Yes, that is from the page I offered a link to.


----------



## juniorgrower (Jul 21, 2012)

Thanks for the read Old SSSC Guy.  What I read says that "Tiger Bloom" is not organic.  I was also surprised  to see that "Marine Cuisine" was not 100% organic either.   If I understood it correctly these products are mostly organic but have been altered in a lab to release at a much faster rate than they would normally.   So will these products kill the microbes in the soil?   Its kind of confusing.


----------



## The Hemp Goddess (Jul 21, 2012)

My understanding is that chemical based nutrients will kill the microbes in the soil.


----------



## Old_SSSC_Guy (Jul 21, 2012)

Only a guess, but my take on it is that they use chelating agents & EDTA to buffer the release of minerals, else they would so into solution when mixed and potentially OD a plant.  Also, EDTA-based minerals will buffer the breakdown of lime (scale) in solution to stop them from percipitating out.  Its the same reason many 'pro' grade chemical ferts come in 2-4 parts - they are separating the mineral sources so they will not combine and percipitate lime scale.  If you try 1-part chem ferts like "EcoGrow" you will end up with a granular 'sand' at the bottom of the bucket; because the minerals naturally combine and bleed off lime elements which cannot dissvolve.

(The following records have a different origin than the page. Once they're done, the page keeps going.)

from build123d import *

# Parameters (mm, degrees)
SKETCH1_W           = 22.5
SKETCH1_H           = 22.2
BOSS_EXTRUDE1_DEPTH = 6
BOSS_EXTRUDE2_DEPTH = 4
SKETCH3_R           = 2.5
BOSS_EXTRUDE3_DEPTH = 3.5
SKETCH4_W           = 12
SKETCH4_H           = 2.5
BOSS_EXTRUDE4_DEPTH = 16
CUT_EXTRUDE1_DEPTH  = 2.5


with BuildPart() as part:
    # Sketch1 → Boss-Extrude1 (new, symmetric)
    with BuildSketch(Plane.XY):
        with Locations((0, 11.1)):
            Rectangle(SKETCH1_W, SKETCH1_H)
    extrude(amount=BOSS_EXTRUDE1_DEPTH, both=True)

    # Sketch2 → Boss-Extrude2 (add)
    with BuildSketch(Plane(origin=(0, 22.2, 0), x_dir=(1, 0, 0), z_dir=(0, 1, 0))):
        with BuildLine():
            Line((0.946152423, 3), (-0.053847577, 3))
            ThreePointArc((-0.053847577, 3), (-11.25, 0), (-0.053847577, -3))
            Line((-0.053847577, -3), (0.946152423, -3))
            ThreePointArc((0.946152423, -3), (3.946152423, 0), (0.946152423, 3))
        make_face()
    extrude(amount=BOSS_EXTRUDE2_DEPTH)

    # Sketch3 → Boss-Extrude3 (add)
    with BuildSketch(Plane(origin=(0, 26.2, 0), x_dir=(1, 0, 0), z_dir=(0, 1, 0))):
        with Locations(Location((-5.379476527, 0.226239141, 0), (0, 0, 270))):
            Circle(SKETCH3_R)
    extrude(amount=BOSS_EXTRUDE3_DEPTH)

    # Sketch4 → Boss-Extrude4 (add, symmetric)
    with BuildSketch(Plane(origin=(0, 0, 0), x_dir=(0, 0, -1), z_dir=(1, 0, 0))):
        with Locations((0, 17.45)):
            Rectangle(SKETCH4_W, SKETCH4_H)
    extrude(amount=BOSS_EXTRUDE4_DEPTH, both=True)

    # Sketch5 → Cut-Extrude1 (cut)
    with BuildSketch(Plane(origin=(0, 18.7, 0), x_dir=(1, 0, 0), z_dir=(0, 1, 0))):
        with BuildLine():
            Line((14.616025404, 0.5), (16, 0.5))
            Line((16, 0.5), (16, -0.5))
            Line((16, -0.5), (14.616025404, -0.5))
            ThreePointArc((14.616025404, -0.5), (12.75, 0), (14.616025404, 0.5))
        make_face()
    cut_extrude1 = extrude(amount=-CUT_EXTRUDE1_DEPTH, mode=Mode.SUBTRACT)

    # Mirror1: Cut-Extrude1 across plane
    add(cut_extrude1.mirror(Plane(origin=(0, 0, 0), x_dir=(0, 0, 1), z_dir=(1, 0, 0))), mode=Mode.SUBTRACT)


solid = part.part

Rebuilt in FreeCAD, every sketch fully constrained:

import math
import FreeCAD as App
import Part
import Sketcher

V = App.Vector
Q = App.Units.Quantity

doc = App.newDocument("Part")
params = doc.addObject("Spreadsheet::Sheet", "Params")
for row, (alias, value) in enumerate([
    ("sketch1_width", "22.5 mm"),
    ("sketch1_height", "22.2 mm"),
    ("pad1_length", "12 mm"),
    ("sketch2_radius", "6 mm"),
    ("sketch2_radius2", "3 mm"),
    ("sketch2_width", "1 mm"),
    ("pad2_length", "4 mm"),
    ("sketch3_diameter", "5 mm"),
    ("pad3_length", "3.5 mm"),
    ("sketch4_height", "12 mm"),
    ("sketch4_width", "2.5 mm"),
    ("pad4_length", "32 mm"),
    ("sketch5_radius", "1 mm"),
    ("sketch5_height", "1 mm"),
    ("pocket1_length", "2.5 mm"),
], start=1):
    params.set(f"A{row}", alias)
    params.set(f"B{row}", "=" + value)
    params.setAlias(f"B{row}", alias)

body = doc.addObject("PartDesign::Body", "Body")

sketch1 = body.newObject("Sketcher::SketchObject", "Sketch")
sketch1.AttachmentSupport = (doc.getObject("XY_Plane"), [""])
sketch1.MapMode = "FlatFace"
sketch1.addGeometry([
    Part.LineSegment(V(-11, 22, 0), V(-11, 0, 0)),
    Part.LineSegment(V(-11, 0, 0), V(11, 0, 0)),
    Part.LineSegment(V(11, 0, 0), V(11, 22, 0)),
    Part.LineSegment(V(11, 22, 0), V(-11, 22, 0)),
], False)
sketch1.addConstraint([
    Sketcher.Constraint("Coincident", 0, 2, 1, 1),
    Sketcher.Constraint("Coincident", 1, 2, 2, 1),
    Sketcher.Constraint("Coincident", 2, 2, 3, 1),
    Sketcher.Constraint("Coincident", 3, 2, 0, 1),
    Sketcher.Constraint("Vertical", 0),
    Sketcher.Constraint("Horizontal", 1),
    Sketcher.Constraint("Vertical", 2),
    Sketcher.Constraint("Horizontal", 3),
    Sketcher.Constraint("Symmetric", 0, 2, 1, 2, -1, 1),
    Sketcher.Constraint("DistanceX", 1, 1, 1, 2, Q("22.5 mm")),
    Sketcher.Constraint("DistanceY", 0, 2, 0, 1, Q("22.2 mm")),
])
sketch1.setExpression("Constraints[9]", "Params.sketch1_width")
sketch1.setExpression("Constraints[10]", "Params.sketch1_height")
pad1 = body.newObject("PartDesign::Pad", "Pad")
pad1.Profile = sketch1
pad1.setExpression("Length", "Params.pad1_length")
pad1.Midplane = True

sketch2 = body.newObject("Sketcher::SketchObject", "Sketch001")
sketch2.AttachmentSupport = (doc.getObject("XZ_Plane"), [""])
sketch2.MapMode = "FlatFace"
sketch2.AttachmentOffset = App.Placement(V(0, 0, -22.2), App.Rotation())
sketch2.addGeometry([
    Part.LineSegment(V(0.9, -3, 0), V(-0.1, -3, 0)),
    Part.ArcOfCircle(Part.Circle(V(-5.2, 0, 0), V(0, 0, 1), 6), math.radians(30), math.radians(330)),
    Part.LineSegment(V(-0.1, 3, 0), V(0.9, 3, 0)),
    Part.ArcOfCircle(Part.Circle(V(0.9, 0, 0), V(0, 0, 1), 3), math.radians(-90), math.radians(90)),
], False)
sketch2.addConstraint([
    Sketcher.Constraint("Coincident", 0, 2, 1, 2),
    Sketcher.Constraint("Coincident", 1, 1, 2, 1),
    Sketcher.Constraint("Tangent", 2, 2, 3, 2),
    Sketcher.Constraint("Tangent", 3, 1, 0, 1),
    Sketcher.Constraint("Horizontal", 0),
    Sketcher.Constraint("Horizontal", 2),
    Sketcher.Constraint("Symmetric", 0, 2, 1, 1, -1),
    Sketcher.Constraint("Radius", 1, Q("6 mm")),
    Sketcher.Constraint("Radius", 3, Q("3 mm")),
    Sketcher.Constraint("DistanceX", 0, 2, 0, 1, Q("1 mm")),
    Sketcher.Constraint("DistanceX", 1, 3, -1, 1, Q("5.25 mm")),
])
sketch2.setExpression("Constraints[7]", "Params.sketch2_radius")
sketch2.setExpression("Constraints[8]", "Params.sketch2_radius2")
sketch2.setExpression("Constraints[9]", "Params.sketch2_width")
pad2 = body.newObject("PartDesign::Pad", "Pad001")
pad2.Profile = sketch2
pad2.setExpression("Length", "Params.pad2_length")
pad2.Reversed = True

sketch3 = body.newObject("Sketcher::SketchObject", "Sketch002")
sketch3.AttachmentSupport = (doc.getObject("XZ_Plane"), [""])
sketch3.MapMode = "FlatFace"
sketch3.AttachmentOffset = App.Placement(V(0, 0, -26.2), App.Rotation())
sketch3.addGeometry(Part.Circle(V(-5.4, -0.2, 0), V(0, 0, 1), 2.5), False)
sketch3.addConstraint([
    Sketcher.Constraint("Diameter", 0, Q("5 mm")),
    Sketcher.Constraint("DistanceY", 0, 3, -1, 1, Q("0.226239 mm")),
    Sketcher.Constraint("DistanceX", 0, 3, -1, 1, Q("5.379477 mm")),
])
sketch3.setExpression("Constraints[0]", "Params.sketch3_diameter")
pad3 = body.newObject("PartDesign::Pad", "Pad002")
pad3.Profile = sketch3
pad3.setExpression("Length", "Params.pad3_length")
pad3.Reversed = True

sketch4 = body.newObject("Sketcher::SketchObject", "Sketch003")
sketch4.AttachmentSupport = (doc.getObject("YZ_Plane"), [""])
sketch4.MapMode = "FlatFace"
sketch4.addGeometry([
    Part.LineSegment(V(18.7, 6, 0), V(16.2, 6, 0)),
    Part.LineSegment(V(16.2, 6, 0), V(16.2, -6, 0)),
    Part.LineSegment(V(16.2, -6, 0), V(18.7, -6, 0)),
    Part.LineSegment(V(18.7, -6, 0), V(18.7, 6, 0)),
], False)
sketch4.addConstraint([
    Sketcher.Constraint("Coincident", 0, 2, 1, 1),
    Sketcher.Constraint("Coincident", 1, 2, 2, 1),
    Sketcher.Constraint("Coincident", 2, 2, 3, 1),
    Sketcher.Constraint("Coincident", 3, 2, 0, 1),
    Sketcher.Constraint("Horizontal", 0),
    Sketcher.Constraint("Vertical", 1),
    Sketcher.Constraint("Horizontal", 2),
    Sketcher.Constraint("Vertical", 3),
    Sketcher.Constraint("DistanceY", 1, 2, 1, 1, Q("12 mm")),
    Sketcher.Constraint("DistanceX", 0, 2, 0, 1, Q("2.5 mm")),
    Sketcher.Constraint("DistanceY", -1, 1, 0, 2, Q("6 mm")),
    Sketcher.Constraint("DistanceX", -1, 1, 0, 2, Q("16.2 mm")),
])
sketch4.setExpression("Constraints[8]", "Params.sketch4_height")
sketch4.setExpression("Constraints[9]", "Params.sketch4_width")
pad4 = body.newObject("PartDesign::Pad", "Pad003")
pad4.Profile = sketch4
pad4.setExpression("Length", "Params.pad4_length")
pad4.Midplane = True

sketch5 = body.newObject("Sketcher::SketchObject", "Sketch004")
sketch5.AttachmentSupport = (doc.getObject("XZ_Plane"), [""])
sketch5.MapMode = "FlatFace"
sketch5.AttachmentOffset = App.Placement(V(0, 0, -18.7), App.Rotation())
sketch5.addGeometry([
    Part.LineSegment(V(16, -0.5, 0), V(14.6, -0.5, 0)),
    Part.ArcOfCircle(Part.Circle(V(13.8, 0, 0), V(0, 0, 1), 1), math.radians(30), math.radians(330)),
    Part.LineSegment(V(14.6, 0.5, 0), V(16, 0.5, 0)),
    Part.LineSegment(V(16, 0.5, 0), V(16, -0.5, 0)),
], False)
sketch5.addConstraint([
    Sketcher.Constraint("Coincident", 0, 2, 1, 2),
    Sketcher.Constraint("Coincident", 1, 1, 2, 1),
    Sketcher.Constraint("Coincident", 2, 2, 3, 1),
    Sketcher.Constraint("Coincident", 3, 2, 0, 1),
    Sketcher.Constraint("Horizontal", 0),
    Sketcher.Constraint("Horizontal", 2),
    Sketcher.Constraint("Vertical", 3),
    Sketcher.Constraint("Symmetric", 0, 2, 1, 1, -1),
    Sketcher.Constraint("Radius", 1, Q("1 mm")),
    Sketcher.Constraint("DistanceY", 3, 2, 3, 1, Q("1 mm")),
    Sketcher.Constraint("DistanceX", -1, 1, 2, 2, Q("16 mm")),
    Sketcher.Constraint("DistanceX", -1, 1, 1, 3, Q("13.75 mm")),
])
sketch5.setExpression("Constraints[8]", "Params.sketch5_radius")
sketch5.setExpression("Constraints[9]", "Params.sketch5_height")
pocket1 = body.newObject("PartDesign::Pocket", "Pocket")
pocket1.Profile = sketch5
pocket1.setExpression("Length", "Params.pocket1_length")
pocket1.Reversed = True
doc.recompute()

mirrored = body.newObject("PartDesign::Mirrored", "Mirrored")
mirrored.Originals = [pocket1]
mirrored.MirrorPlane = (doc.getObject("YZ_Plane"), [""])
body.Tip = mirrored

doc.recompute()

Bottom line to me - and its only an opinion - is that FoxFarm is safe and natural.  It will not meet the most stringent ogranic requirements - but its natural and not a frankenstein mix of petro chemicals which do not normally occur in the environment.

And no - the products will not harm microbes.  Many people add micro mixes to their ferts, ranging from molasses to micro-concentrates.

Its only an opinion but I trust FoxFarm and do not regard their ferts as being 'chemical' only because they buffer some naturally occuring elements in some of their products.

If you want 100% organic flower boosting then try molasses, bat guano and worm castings. Molasses will be available in minutes, fossilized bat guano (high phos) needs to break down a bit, and worm castings are available faster than bat guano but slower then molasses.  If I had to choose between only one of those I'd pick worm castings; Mother Nature's killer source for calcium, nitrogen and trace elements.

Sorry to be so wordy...


----------



## Old_SSSC_Guy (Jul 21, 2012)

Uhm... so you are saying that Tiger Bloom kills microbes?  First time I have ever heard anyone say that.  Exactly which/what chemicals in it kill microbes - or how?  

Never had anything but pure, robust health from FF nutes and have seen massive flower increase from using Tiger Bloom - and zero issues which might relate to the lack of ANY microbial activity in the soil.




			
				The Hemp Goddess said:
			
		

> My understanding is that chemical based nutrients will kill the microbes in the soil.


----------



## drfting07 (Jul 21, 2012)

Good info OSG. And its readable too! :cool2:

  +rep


----------